Top of Provided entries

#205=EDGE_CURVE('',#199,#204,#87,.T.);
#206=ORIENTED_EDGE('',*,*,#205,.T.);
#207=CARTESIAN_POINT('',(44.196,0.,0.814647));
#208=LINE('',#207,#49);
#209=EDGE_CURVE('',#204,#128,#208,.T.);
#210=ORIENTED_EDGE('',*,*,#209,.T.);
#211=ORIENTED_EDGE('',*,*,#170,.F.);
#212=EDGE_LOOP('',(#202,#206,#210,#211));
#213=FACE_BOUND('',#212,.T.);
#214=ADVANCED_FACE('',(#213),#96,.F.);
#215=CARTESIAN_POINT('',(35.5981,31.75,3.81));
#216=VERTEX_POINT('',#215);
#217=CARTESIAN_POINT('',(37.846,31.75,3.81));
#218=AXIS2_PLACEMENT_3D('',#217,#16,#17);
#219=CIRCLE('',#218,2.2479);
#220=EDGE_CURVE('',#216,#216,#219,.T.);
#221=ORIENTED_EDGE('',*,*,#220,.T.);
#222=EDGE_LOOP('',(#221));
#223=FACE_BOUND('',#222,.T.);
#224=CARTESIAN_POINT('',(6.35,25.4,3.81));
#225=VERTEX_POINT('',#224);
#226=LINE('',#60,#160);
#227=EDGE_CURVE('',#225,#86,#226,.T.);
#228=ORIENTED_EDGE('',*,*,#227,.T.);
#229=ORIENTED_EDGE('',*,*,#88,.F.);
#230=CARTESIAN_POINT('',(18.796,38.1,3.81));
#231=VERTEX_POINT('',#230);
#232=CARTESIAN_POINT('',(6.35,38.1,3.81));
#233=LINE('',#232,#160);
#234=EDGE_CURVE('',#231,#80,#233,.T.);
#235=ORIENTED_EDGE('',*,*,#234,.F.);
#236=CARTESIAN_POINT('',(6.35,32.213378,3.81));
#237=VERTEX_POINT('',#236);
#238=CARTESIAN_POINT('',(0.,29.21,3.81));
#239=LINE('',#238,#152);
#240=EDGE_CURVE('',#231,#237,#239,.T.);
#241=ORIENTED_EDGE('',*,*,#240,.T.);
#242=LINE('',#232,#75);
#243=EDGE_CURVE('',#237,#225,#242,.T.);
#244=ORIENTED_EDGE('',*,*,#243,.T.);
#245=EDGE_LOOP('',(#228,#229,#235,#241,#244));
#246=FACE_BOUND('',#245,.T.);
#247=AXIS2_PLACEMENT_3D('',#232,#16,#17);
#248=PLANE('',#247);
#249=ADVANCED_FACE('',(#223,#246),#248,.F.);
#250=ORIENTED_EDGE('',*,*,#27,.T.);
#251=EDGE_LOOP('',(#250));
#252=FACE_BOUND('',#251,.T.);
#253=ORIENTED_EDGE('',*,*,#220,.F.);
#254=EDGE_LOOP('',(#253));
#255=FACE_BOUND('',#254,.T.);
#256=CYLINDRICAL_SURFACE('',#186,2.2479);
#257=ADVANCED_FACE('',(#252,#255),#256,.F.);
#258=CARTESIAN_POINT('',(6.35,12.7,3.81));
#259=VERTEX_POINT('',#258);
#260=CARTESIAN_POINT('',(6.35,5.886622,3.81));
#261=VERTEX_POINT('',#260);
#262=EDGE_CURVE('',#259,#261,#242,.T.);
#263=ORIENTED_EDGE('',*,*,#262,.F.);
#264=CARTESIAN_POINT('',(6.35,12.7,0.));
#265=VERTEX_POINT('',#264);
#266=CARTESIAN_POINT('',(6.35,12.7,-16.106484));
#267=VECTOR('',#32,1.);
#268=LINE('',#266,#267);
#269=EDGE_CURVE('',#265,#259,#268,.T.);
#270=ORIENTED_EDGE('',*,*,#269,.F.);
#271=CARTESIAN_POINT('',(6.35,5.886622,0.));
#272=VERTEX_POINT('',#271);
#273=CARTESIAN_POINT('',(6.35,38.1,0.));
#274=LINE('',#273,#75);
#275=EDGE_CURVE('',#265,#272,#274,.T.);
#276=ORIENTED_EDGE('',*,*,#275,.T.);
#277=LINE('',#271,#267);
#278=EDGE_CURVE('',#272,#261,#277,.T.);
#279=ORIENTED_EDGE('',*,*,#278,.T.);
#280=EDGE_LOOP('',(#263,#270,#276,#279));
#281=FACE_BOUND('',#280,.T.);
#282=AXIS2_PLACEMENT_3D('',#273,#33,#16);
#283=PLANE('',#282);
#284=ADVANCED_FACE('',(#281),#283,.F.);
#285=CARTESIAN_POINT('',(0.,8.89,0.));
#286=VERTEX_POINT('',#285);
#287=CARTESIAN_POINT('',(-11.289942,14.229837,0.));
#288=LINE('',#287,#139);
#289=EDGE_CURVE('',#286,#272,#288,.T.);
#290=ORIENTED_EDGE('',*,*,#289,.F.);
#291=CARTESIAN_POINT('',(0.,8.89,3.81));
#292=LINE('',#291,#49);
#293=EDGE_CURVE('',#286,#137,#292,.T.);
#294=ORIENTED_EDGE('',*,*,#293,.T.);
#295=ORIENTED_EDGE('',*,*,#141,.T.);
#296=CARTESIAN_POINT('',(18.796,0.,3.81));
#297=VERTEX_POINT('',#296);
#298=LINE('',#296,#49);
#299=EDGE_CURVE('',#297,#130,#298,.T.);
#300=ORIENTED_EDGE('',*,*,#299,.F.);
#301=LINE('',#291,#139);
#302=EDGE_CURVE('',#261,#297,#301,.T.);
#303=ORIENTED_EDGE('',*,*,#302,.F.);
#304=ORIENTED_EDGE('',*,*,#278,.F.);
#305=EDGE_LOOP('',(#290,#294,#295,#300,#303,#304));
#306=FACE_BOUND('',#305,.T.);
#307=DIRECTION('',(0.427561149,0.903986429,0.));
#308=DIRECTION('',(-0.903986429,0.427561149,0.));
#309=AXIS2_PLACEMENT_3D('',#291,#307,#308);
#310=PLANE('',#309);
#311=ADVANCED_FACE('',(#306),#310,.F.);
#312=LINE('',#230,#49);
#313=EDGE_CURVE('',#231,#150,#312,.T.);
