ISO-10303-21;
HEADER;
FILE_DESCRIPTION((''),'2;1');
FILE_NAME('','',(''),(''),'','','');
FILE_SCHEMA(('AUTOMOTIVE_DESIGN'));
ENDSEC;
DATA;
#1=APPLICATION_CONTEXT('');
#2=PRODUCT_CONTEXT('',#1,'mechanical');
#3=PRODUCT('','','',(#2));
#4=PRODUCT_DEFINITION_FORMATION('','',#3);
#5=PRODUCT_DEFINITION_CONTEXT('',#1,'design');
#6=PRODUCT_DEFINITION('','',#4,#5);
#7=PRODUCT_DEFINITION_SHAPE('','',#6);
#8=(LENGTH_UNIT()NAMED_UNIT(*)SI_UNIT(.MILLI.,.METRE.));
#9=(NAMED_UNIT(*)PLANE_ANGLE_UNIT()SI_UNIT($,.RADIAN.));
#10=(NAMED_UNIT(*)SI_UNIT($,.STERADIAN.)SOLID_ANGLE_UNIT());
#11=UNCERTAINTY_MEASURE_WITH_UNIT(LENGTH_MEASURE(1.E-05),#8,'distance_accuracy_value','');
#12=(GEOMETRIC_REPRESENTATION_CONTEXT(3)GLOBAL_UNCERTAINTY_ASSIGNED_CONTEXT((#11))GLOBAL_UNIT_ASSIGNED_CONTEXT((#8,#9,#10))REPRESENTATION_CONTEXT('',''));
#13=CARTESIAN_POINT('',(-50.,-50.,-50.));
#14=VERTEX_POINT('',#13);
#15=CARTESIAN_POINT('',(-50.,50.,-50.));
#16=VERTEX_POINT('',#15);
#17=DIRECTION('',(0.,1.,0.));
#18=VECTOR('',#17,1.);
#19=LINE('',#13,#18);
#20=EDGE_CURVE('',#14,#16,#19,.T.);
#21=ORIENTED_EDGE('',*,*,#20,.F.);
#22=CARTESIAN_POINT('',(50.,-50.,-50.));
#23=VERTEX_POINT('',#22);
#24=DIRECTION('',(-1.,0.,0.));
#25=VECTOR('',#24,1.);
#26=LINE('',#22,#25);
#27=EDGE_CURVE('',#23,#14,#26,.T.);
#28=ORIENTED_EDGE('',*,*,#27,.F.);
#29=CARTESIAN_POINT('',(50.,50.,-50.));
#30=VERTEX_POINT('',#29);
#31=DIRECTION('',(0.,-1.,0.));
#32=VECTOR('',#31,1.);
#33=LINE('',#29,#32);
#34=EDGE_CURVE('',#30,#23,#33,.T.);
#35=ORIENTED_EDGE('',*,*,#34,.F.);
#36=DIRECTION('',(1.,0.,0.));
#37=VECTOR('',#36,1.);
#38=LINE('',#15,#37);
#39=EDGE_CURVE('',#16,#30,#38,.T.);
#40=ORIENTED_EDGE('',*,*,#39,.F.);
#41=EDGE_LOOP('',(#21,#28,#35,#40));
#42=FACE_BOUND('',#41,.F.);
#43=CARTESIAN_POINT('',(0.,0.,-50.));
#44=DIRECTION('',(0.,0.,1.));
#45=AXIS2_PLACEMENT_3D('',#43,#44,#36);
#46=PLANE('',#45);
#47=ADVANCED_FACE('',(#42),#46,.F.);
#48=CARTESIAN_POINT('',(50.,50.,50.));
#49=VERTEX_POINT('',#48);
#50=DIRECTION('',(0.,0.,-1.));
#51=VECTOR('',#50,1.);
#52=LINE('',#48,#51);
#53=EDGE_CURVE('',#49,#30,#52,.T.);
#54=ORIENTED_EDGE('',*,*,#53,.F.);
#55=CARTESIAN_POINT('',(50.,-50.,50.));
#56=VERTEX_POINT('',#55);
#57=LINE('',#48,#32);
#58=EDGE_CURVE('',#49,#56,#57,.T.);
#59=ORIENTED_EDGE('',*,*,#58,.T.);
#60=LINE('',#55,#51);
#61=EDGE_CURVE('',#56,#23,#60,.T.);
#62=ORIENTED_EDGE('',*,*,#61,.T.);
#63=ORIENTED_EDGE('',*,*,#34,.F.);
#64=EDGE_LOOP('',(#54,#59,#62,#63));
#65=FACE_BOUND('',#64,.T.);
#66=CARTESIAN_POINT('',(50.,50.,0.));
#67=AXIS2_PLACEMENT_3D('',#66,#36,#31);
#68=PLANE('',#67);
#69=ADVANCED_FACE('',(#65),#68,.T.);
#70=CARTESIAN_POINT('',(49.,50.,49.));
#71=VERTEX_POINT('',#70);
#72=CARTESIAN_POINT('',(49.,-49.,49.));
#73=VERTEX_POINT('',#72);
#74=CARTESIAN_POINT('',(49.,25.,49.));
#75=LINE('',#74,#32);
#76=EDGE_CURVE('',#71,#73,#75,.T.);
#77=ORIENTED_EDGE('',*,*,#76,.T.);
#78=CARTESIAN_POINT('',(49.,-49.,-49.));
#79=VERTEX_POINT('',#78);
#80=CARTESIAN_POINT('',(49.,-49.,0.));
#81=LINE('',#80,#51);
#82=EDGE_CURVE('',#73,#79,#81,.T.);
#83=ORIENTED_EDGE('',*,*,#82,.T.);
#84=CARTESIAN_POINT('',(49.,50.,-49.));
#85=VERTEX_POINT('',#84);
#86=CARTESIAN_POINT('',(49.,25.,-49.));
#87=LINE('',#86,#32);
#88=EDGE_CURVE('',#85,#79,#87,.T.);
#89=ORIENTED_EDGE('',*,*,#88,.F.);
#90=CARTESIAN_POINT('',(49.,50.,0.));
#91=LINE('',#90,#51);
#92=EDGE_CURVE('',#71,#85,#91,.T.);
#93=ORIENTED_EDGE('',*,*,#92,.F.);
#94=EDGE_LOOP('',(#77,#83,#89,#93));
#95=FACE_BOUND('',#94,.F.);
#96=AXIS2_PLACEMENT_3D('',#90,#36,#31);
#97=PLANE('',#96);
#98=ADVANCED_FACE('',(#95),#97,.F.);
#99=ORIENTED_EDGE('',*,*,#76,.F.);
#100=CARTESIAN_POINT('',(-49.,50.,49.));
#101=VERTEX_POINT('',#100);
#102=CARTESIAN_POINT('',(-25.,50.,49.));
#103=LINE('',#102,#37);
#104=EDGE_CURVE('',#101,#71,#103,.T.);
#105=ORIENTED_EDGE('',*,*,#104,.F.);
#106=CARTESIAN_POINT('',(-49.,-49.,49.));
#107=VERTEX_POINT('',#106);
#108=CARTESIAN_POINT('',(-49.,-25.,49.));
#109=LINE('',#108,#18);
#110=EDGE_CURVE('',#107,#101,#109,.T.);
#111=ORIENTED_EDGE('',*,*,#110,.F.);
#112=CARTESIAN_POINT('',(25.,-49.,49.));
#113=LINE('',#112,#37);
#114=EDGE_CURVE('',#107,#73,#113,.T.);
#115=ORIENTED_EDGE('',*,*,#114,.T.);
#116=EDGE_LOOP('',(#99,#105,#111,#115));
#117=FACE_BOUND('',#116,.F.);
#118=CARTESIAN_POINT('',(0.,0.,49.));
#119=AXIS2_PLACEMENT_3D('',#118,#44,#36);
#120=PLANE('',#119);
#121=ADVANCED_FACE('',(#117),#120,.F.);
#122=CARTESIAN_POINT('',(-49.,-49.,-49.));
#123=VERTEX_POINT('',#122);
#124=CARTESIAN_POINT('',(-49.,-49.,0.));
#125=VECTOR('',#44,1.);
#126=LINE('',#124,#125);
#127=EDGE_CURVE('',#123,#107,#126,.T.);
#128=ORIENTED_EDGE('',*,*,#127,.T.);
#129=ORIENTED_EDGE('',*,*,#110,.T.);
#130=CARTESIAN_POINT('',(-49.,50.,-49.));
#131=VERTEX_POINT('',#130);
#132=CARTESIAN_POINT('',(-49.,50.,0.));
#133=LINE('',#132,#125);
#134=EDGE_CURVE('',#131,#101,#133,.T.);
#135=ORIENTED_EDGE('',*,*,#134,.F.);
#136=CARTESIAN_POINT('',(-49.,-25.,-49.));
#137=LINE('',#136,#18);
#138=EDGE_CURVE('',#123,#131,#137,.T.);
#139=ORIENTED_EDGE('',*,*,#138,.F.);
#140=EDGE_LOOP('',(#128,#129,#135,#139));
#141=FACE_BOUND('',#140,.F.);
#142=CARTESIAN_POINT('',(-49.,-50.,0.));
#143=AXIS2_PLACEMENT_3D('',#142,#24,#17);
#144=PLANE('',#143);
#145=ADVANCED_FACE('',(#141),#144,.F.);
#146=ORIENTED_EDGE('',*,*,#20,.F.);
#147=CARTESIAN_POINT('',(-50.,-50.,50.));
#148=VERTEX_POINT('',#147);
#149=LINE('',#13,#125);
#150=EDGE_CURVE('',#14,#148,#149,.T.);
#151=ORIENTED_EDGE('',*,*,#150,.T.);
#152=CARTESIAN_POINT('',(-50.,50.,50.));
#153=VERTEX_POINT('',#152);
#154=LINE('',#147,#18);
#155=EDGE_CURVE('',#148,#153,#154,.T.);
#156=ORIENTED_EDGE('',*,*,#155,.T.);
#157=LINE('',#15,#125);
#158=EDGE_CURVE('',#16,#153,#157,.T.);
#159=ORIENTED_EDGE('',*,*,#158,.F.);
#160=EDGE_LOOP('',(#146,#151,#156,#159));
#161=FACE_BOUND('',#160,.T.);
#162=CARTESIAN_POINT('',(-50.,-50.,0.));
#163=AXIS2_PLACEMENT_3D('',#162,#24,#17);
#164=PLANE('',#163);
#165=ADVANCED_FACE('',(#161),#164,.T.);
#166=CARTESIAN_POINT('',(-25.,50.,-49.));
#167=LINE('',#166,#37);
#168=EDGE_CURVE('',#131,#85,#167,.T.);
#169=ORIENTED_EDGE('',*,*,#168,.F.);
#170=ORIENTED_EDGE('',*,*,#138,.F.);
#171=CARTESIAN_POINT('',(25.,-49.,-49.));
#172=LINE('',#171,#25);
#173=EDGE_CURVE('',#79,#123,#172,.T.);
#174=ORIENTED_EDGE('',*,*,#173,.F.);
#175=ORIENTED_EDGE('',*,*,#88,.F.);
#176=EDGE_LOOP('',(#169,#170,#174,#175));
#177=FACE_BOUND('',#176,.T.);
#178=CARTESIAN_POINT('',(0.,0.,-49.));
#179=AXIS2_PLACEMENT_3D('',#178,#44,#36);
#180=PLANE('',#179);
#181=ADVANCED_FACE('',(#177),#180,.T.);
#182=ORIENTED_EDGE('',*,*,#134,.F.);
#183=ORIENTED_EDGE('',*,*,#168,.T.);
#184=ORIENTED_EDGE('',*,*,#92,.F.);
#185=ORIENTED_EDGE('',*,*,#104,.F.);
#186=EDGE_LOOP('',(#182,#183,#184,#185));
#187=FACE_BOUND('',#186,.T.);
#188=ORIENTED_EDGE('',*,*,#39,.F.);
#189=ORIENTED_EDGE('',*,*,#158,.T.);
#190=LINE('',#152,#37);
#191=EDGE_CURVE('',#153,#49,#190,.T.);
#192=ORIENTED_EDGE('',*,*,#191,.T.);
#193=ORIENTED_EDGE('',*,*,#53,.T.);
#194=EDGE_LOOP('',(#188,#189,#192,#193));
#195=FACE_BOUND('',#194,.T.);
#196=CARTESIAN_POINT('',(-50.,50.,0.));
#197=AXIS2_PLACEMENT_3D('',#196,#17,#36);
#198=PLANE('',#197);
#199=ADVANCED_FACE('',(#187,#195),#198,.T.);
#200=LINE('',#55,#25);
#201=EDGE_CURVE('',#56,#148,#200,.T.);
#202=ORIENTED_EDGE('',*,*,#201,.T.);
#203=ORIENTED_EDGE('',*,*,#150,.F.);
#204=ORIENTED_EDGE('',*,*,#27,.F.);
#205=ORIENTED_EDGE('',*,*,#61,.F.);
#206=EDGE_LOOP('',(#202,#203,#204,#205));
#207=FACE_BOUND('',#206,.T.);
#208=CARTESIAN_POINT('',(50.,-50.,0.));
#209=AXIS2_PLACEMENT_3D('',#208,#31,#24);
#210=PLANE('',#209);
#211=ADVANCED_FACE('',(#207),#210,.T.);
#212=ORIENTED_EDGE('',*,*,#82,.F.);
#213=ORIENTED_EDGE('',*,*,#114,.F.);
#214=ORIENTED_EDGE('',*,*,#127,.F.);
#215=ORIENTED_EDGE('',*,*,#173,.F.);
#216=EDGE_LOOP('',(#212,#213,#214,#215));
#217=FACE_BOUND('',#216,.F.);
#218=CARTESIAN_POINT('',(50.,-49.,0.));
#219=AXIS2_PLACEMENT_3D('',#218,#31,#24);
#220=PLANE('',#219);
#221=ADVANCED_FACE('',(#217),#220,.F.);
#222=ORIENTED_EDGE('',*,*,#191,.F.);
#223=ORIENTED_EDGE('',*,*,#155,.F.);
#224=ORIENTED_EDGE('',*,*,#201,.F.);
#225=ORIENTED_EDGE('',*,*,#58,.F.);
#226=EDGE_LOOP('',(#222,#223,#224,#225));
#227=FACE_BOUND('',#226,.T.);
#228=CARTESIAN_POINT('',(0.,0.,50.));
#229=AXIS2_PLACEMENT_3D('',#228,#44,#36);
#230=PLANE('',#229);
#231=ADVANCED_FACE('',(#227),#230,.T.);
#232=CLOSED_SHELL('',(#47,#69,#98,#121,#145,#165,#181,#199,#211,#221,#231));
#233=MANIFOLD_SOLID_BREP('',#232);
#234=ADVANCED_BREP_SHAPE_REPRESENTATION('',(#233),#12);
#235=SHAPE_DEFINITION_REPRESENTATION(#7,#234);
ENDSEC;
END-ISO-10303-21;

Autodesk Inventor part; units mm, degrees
ref_plane "YZ Plane" through (0, 0, 0) normal (1, 0, 0) x (0, 1, 0)
ref_plane "XZ Plane" through (0, 0, 0) normal (0, 1, 0) x (-1, 0, 0)
ref_plane "XY Plane" through (0, 0, 0) normal (0, 0, 1) x (1, 0, 0)
sketch "Sketch1" plane through (0, 0, 0) normal (0, 0, 1) x (1, 0, 0)
  line L0 (-50, 50) -> (50, 50)
  line L1 (50, 50) -> (50, -50)
  line L2 (50, -50) -> (-50, -50)
  line L3 (-50, -50) -> (-50, 50)
  line L4 (-50, 50) -> (50, -50) construction
  line L5 (50, 50) -> (-50, -50) construction
  point P0 (0, 0)
  dimension "d0" = 100
  dimension "d1" = 100
extrude "Extrusion1" add sketch "Sketch1" along normal mid plane 100
shell "Shell1" thickness 1 removed faces 1 at (16.6667, 50, -16.6667)
properties part number "test"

Bottom of Provided entries

#### Prompt
From the records above, print only the lines between the one holding "#255=FACE_BOUND('',#254,.T.);" and the one holding "#293=EDGE_CURVE('',#286,#137,#292,.T.);", inclusive, exactly as they stand.

#### The answer
#255=FACE_BOUND('',#254,.T.);
#256=CYLINDRICAL_SURFACE('',#186,2.2479);
#257=ADVANCED_FACE('',(#252,#255),#256,.F.);
#258=CARTESIAN_POINT('',(6.35,12.7,3.81));
#259=VERTEX_POINT('',#258);
#260=CARTESIAN_POINT('',(6.35,5.886622,3.81));
#261=VERTEX_POINT('',#260);
#262=EDGE_CURVE('',#259,#261,#242,.T.);
#263=ORIENTED_EDGE('',*,*,#262,.F.);
#264=CARTESIAN_POINT('',(6.35,12.7,0.));
#265=VERTEX_POINT('',#264);
#266=CARTESIAN_POINT('',(6.35,12.7,-16.106484));
#267=VECTOR('',#32,1.);
#268=LINE('',#266,#267);
#269=EDGE_CURVE('',#265,#259,#268,.T.);
#270=ORIENTED_EDGE('',*,*,#269,.F.);
#271=CARTESIAN_POINT('',(6.35,5.886622,0.));
#272=VERTEX_POINT('',#271);
#273=CARTESIAN_POINT('',(6.35,38.1,0.));
#274=LINE('',#273,#75);
#275=EDGE_CURVE('',#265,#272,#274,.T.);
#276=ORIENTED_EDGE('',*,*,#275,.T.);
#277=LINE('',#271,#267);
#278=EDGE_CURVE('',#272,#261,#277,.T.);
#279=ORIENTED_EDGE('',*,*,#278,.T.);
#280=EDGE_LOOP('',(#263,#270,#276,#279));
#281=FACE_BOUND('',#280,.T.);
#282=AXIS2_PLACEMENT_3D('',#273,#33,#16);
#283=PLANE('',#282);
#284=ADVANCED_FACE('',(#281),#283,.F.);
#285=CARTESIAN_POINT('',(0.,8.89,0.));
#286=VERTEX_POINT('',#285);
#287=CARTESIAN_POINT('',(-11.289942,14.229837,0.));
#288=LINE('',#287,#139);
#289=EDGE_CURVE('',#286,#272,#288,.T.);
#290=ORIENTED_EDGE('',*,*,#289,.F.);
#291=CARTESIAN_POINT('',(0.,8.89,3.81));
#292=LINE('',#291,#49);
#293=EDGE_CURVE('',#286,#137,#292,.T.);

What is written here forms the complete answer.